How can a sphere be put on a flat surface or why do star maps have distortions?

Soviet celestial globe

Celestial globe made for navigation shows accurate positions of bright stars. Courtesy Powerhouse Museum

Stars spread out in all directions from us and are at very different distances. However, to define the positions of stars and other bodies in space astronomers regard the sky as lying on a giant sphere called the celestial sphere. On this sphere there is a coordinate system similar to the system of longitude and latitude on Earth. The celestial equivalent of longitude is called right ascension, which is usually measured in hours, minutes and seconds, while the equivalent of latitude is called declination, which is measured in degrees north or south of the equator.
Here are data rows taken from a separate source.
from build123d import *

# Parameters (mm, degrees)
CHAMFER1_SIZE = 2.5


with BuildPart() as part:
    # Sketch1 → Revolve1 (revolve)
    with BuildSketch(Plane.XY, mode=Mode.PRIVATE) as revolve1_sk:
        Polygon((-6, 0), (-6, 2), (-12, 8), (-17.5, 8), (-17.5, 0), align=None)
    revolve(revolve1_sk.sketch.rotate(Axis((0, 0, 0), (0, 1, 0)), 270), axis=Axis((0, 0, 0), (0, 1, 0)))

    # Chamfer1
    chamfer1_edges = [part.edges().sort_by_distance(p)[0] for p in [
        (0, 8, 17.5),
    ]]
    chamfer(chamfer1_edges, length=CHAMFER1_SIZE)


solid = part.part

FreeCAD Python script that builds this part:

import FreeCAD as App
import Part
import Sketcher
from FreeCAD import Vector
Q = App.Units.Quantity


def edges_at(feature, points):
    """Names of the edges that pass closest to the given points."""
    edges = feature.Shape.Edges
    near = lambda p: min(range(len(edges)), key=lambda i: edges[i].distToShape(Part.Vertex(*p))[0])
    return sorted({f"Edge{near(p) + 1}" for p in points})

doc = App.newDocument("Part")
params = doc.addObject("Spreadsheet::Sheet", "Params")
for row, (alias, value) in enumerate([
    ("sketch1_height", "2 mm"),
    ("sketch1_height2", "8 mm"),
    ("sketch1_width", "5.5 mm"),
    ("revolution_angle", "360 deg"),
    ("chamfer_size", "2.5 mm"),
], start=1):
    params.set(f"A{row}", alias)
    params.set(f"B{row}", "=" + value)
    params.setAlias(f"B{row}", alias)

body = doc.addObject("PartDesign::Body", "Body")

# Sketch on XY plane
sketch1 = body.newObject("Sketcher::SketchObject", "Sketch")
sketch1.AttachmentSupport = (doc.getObject("XY_Plane"), [""])
sketch1.MapMode = "FlatFace"
sketch1.addGeometry([
    Part.LineSegment(Vector(-6, 0, 0), Vector(-6, 2, 0)),  # 0
    Part.LineSegment(Vector(-6, 2, 0), Vector(-12, 8, 0)),  # 1
    Part.LineSegment(Vector(-12, 8, 0), Vector(-17.5, 8, 0)),  # 2
    Part.LineSegment(Vector(-17.5, 8, 0), Vector(-17.5, 0, 0)),  # 3
    Part.LineSegment(Vector(-17.5, 0, 0), Vector(-6, 0, 0)),  # 4
], False)
sketch1.addConstraint([
    Sketcher.Constraint("Coincident", 0, 2, 1, 1),
    Sketcher.Constraint("Coincident", 1, 2, 2, 1),
    Sketcher.Constraint("Coincident", 2, 2, 3, 1),
    Sketcher.Constraint("Coincident", 3, 2, 4, 1),
    Sketcher.Constraint("Coincident", 4, 2, 0, 1),
    Sketcher.Constraint("Vertical", 0),
    Sketcher.Constraint("Horizontal", 2),
    Sketcher.Constraint("Vertical", 3),
    Sketcher.Constraint("Horizontal", 4),
    Sketcher.Constraint("PointOnObject", 3, 2, -1),
    Sketcher.Constraint("DistanceY", 0, 1, 0, 2, Q("2 mm")),
    Sketcher.Constraint("DistanceY", 3, 2, 3, 1, Q("8 mm")),
    Sketcher.Constraint("Angle", 1, Q("135 deg")),
    Sketcher.Constraint("DistanceX", 2, 2, 2, 1, Q("5.5 mm")),
    Sketcher.Constraint("DistanceX", 0, 2, -1, 1, Q("6 mm")),
])
sketch1.setExpression("Constraints[10]", "Params.sketch1_height")
sketch1.setExpression("Constraints[11]", "Params.sketch1_height2")
sketch1.setExpression("Constraints[13]", "Params.sketch1_width")
revolution = body.newObject("PartDesign::Revolution", "Revolution")
revolution.Profile = sketch1
revolution.ReferenceAxis = (sketch1, ["V_Axis"])
revolution.setExpression("Angle", "Params.revolution_angle")
doc.recompute()

chamfer = body.newObject("PartDesign::Chamfer", "Chamfer")
chamfer.Base = (revolution, edges_at(revolution, [(0, 8, 17.5)]))
chamfer.setExpression("Size", "Params.chamfer_size")

doc.recompute()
It is relatively easy to plot star positions on a sphere to form a celestial globe. Such globes show the positions of stars and their relative distances and angles from each other accurately. However, when my colleagues and I would like to indicate to readers of this blog the position of a comet or other object of interest in the sky it is only possible to show this on a flat surface. Similarly, published star maps and those produced by computer programs and apps all have to output their maps on a flat surface.

equal area_cylindrical_perspective

The area around the south pole in the sky with the Southern Cross and the Pointers on the left or east and the bright star Achernar on the right or west. The distortions using three different projections are shown: equal-area, cylindrical and perspective. Illustration Nick Lomb using Stellarium software

To achieve a star map the spherical celestial surface has to be projected on to a flat surface. The same techniques can be used for this purpose as have been developed over thousands of years to map the Earth. There are a large numbers of ways of putting a sphere on a flat surface with each having its advantages and disadvantages. Some methods preserve angles between objects, others preserve the area of particular regions while in others the scale is constant along one direction though not in others. There is some distortion in all methods and an appropriate method has to be chosen in each case.

An example is the perspective or gnomic projection. In this technique one hemisphere of the sky is projected on to a flat plane that is tangent to it with the projection point being the centre of the Earth. The advantage of this method is that great circles – the shortest distances between two points on the celestial sphere – map as straight lines. The disadvantage is that there is severe distortion in shape, area and direction.

Another example is equal-area projection, one version of which glories in the name ‘Lambert azimuthal equal-area projection’, in which the areas of regions in the sky such as constellations are preserved. Directions from the poles are also maintained but the scale changes as the distance from the pole increases.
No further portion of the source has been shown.